## Work required
Return all of the entries below exactly as they are given.
##### Raw data
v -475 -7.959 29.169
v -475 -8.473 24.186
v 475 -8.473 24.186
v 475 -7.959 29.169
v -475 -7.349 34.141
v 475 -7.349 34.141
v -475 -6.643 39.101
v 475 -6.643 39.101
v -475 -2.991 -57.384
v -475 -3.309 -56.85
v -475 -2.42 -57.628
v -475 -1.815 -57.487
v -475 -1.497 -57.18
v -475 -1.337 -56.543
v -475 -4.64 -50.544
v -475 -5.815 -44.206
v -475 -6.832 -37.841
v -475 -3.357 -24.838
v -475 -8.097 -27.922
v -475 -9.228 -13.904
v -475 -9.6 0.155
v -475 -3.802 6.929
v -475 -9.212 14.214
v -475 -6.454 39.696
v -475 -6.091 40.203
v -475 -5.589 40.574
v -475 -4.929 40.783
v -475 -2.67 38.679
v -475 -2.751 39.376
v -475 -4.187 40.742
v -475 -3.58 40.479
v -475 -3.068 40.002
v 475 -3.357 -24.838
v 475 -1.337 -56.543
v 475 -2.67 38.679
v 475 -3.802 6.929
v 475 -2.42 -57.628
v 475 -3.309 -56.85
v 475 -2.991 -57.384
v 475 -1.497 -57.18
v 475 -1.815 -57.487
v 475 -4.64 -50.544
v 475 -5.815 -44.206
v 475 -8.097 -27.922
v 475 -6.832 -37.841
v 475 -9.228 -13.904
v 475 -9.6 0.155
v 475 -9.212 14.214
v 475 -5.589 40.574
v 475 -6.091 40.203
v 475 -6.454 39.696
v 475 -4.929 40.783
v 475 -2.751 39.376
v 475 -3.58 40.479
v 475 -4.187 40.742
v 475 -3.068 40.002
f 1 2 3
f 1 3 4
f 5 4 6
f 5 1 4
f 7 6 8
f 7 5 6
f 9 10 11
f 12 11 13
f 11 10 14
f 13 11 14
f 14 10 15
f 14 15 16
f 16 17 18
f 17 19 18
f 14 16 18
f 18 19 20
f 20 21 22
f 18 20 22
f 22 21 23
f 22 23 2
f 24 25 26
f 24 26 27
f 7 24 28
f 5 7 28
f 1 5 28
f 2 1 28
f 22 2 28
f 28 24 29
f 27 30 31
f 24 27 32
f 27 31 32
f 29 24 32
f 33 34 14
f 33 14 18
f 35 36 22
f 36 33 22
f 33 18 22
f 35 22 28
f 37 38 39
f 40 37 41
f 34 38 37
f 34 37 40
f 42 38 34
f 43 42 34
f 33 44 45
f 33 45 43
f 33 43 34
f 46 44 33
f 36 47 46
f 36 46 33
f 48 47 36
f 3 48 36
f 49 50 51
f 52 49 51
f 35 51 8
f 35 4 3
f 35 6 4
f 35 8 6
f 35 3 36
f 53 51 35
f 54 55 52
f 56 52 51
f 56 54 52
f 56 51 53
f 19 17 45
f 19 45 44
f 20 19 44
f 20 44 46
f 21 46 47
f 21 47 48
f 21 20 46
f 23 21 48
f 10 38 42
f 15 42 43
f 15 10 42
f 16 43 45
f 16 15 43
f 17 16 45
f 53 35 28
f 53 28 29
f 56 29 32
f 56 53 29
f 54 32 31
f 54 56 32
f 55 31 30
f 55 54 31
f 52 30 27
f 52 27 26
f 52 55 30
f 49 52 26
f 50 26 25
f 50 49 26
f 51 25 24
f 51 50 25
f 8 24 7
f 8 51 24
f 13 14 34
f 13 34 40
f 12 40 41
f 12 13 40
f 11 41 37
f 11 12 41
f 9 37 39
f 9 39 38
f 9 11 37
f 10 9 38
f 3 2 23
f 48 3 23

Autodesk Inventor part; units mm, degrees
ref_plane "YZ Plane" through (0, 0, 0) normal (1, 0, 0) x (0, 1, 0)
ref_plane "XZ Plane" through (0, 0, 0) normal (0, 1, 0) x (-1, 0, 0)
ref_plane "XY Plane" through (0, 0, 0) normal (0, 0, 1) x (1, 0, 0)
sketch "スケッチ1" plane through (0, 0, 0) normal (1, 0, 0) x (0, 1, 0)
  line L0 (0, 70) -> (0, -70)
  arc A0 (0, 70) -> (0, -70) centre (636.1604, 0) ccw
  arc A1 (0, 70) -> (0, -70) centre (250.3997, 0) ccw
  line L1 (-138.7525, 0) -> (765.3125, 0) projected
  point P0 (0, 0)
  point P1 (0, 0)
  dimension "d2" = 140
  dimension "d3" = 640
  dimension "d4" = 260
extrude "押し出し1" add sketch "スケッチ1" along normal mid plane 950 contours A0 L1 A1 | A0 A1 L1
fillet "フィレット1" radius 2 1 edges at (0, 0, 70)
fillet "フィレット2" radius 1 1 edges at (0, 0, -70)
sketch "スケッチ2" plane through (475, 0, 0) normal (1, 0, 0) x (0, 0, -1)
  line L0 (-24.1862, -8.4729) -> (-14.2135, -9.2115)
  line L1 (37.8412, -6.8318) -> (27.9216, -8.0967)
  arc A0 (-39.1008, -6.6434) -> (56.8505, -3.3089) centre (0, 250.3997) ccw projected
  point P0 (0, 0)
  dimension "d7" = 10
  dimension "d8" = 10
extrude "押し出し2" cut sketch "スケッチ2" against normal through all
properties part number "element_2" material "CFRP"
##########
## Written answer
v -475 -7.959 29.169
v -475 -8.473 24.186
v 475 -8.473 24.186
v 475 -7.959 29.169
v -475 -7.349 34.141
v 475 -7.349 34.141
v -475 -6.643 39.101
v 475 -6.643 39.101
v -475 -2.991 -57.384
v -475 -3.309 -56.85
v -475 -2.42 -57.628
v -475 -1.815 -57.487
v -475 -1.497 -57.18
v -475 -1.337 -56.543
v -475 -4.64 -50.544
v -475 -5.815 -44.206
v -475 -6.832 -37.841
v -475 -3.357 -24.838
v -475 -8.097 -27.922
v -475 -9.228 -13.904
v -475 -9.6 0.155
v -475 -3.802 6.929
v -475 -9.212 14.214
v -475 -6.454 39.696
v -475 -6.091 40.203
v -475 -5.589 40.574
v -475 -4.929 40.783
v -475 -2.67 38.679
v -475 -2.751 39.376
v -475 -4.187 40.742
v -475 -3.58 40.479
v -475 -3.068 40.002
v 475 -3.357 -24.838
v 475 -1.337 -56.543
v 475 -2.67 38.679
v 475 -3.802 6.929
v 475 -2.42 -57.628
v 475 -3.309 -56.85
v 475 -2.991 -57.384
v 475 -1.497 -57.18
v 475 -1.815 -57.487
v 475 -4.64 -50.544
v 475 -5.815 -44.206
v 475 -8.097 -27.922
v 475 -6.832 -37.841
v 475 -9.228 -13.904
v 475 -9.6 0.155
v 475 -9.212 14.214
v 475 -5.589 40.574
v 475 -6.091 40.203
v 475 -6.454 39.696
v 475 -4.929 40.783
v 475 -2.751 39.376
v 475 -3.58 40.479
v 475 -4.187 40.742
v 475 -3.068 40.002
f 1 2 3
f 1 3 4
f 5 4 6
f 5 1 4
f 7 6 8
f 7 5 6
f 9 10 11
f 12 11 13
f 11 10 14
f 13 11 14
f 14 10 15
f 14 15 16
f 16 17 18
f 17 19 18
f 14 16 18
f 18 19 20
f 20 21 22
f 18 20 22
f 22 21 23
f 22 23 2
f 24 25 26
f 24 26 27
f 7 24 28
f 5 7 28
f 1 5 28
f 2 1 28
f 22 2 28
f 28 24 29
f 27 30 31
f 24 27 32
f 27 31 32
f 29 24 32
f 33 34 14
f 33 14 18
f 35 36 22
f 36 33 22
f 33 18 22
f 35 22 28
f 37 38 39
f 40 37 41
f 34 38 37
f 34 37 40
f 42 38 34
f 43 42 34
f 33 44 45
f 33 45 43
f 33 43 34
f 46 44 33
f 36 47 46
f 36 46 33
f 48 47 36
f 3 48 36
f 49 50 51
f 52 49 51
f 35 51 8
f 35 4 3
f 35 6 4
f 35 8 6
f 35 3 36
f 53 51 35
f 54 55 52
f 56 52 51
f 56 54 52
f 56 51 53
f 19 17 45
f 19 45 44
f 20 19 44
f 20 44 46
f 21 46 47
f 21 47 48
f 21 20 46
f 23 21 48
f 10 38 42
f 15 42 43
f 15 10 42
f 16 43 45
f 16 15 43
f 17 16 45
f 53 35 28
f 53 28 29
f 56 29 32
f 56 53 29
f 54 32 31
f 54 56 32
f 55 31 30
f 55 54 31
f 52 30 27
f 52 27 26
f 52 55 30
f 49 52 26
f 50 26 25
f 50 49 26
f 51 25 24
f 51 50 25
f 8 24 7
f 8 51 24
f 13 14 34
f 13 34 40
f 12 40 41
f 12 13 40
f 11 41 37
f 11 12 41
f 9 37 39
f 9 39 38
f 9 11 37
f 10 9 38
f 3 2 23
f 48 3 23

Autodesk Inventor part; units mm, degrees
ref_plane "YZ Plane" through (0, 0, 0) normal (1, 0, 0) x (0, 1, 0)
ref_plane "XZ Plane" through (0, 0, 0) normal (0, 1, 0) x (-1, 0, 0)
ref_plane "XY Plane" through (0, 0, 0) normal (0, 0, 1) x (1, 0, 0)
sketch "スケッチ1" plane through (0, 0, 0) normal (1, 0, 0) x (0, 1, 0)
  line L0 (0, 70) -> (0, -70)
  arc A0 (0, 70) -> (0, -70) centre (636.1604, 0) ccw
  arc A1 (0, 70) -> (0, -70) centre (250.3997, 0) ccw
  line L1 (-138.7525, 0) -> (765.3125, 0) projected
  point P0 (0, 0)
  point P1 (0, 0)
  dimension "d2" = 140
  dimension "d3" = 640
  dimension "d4" = 260
extrude "押し出し1" add sketch "スケッチ1" along normal mid plane 950 contours A0 L1 A1 | A0 A1 L1
fillet "フィレット1" radius 2 1 edges at (0, 0, 70)
fillet "フィレット2" radius 1 1 edges at (0, 0, -70)
sketch "スケッチ2" plane through (475, 0, 0) normal (1, 0, 0) x (0, 0, -1)
  line L0 (-24.1862, -8.4729) -> (-14.2135, -9.2115)
  line L1 (37.8412, -6.8318) -> (27.9216, -8.0967)
  arc A0 (-39.1008, -6.6434) -> (56.8505, -3.3089) centre (0, 250.3997) ccw projected
  point P0 (0, 0)
  dimension "d7" = 10
  dimension "d8" = 10
extrude "押し出し2" cut sketch "スケッチ2" against normal through all
properties part number "element_2" material "CFRP"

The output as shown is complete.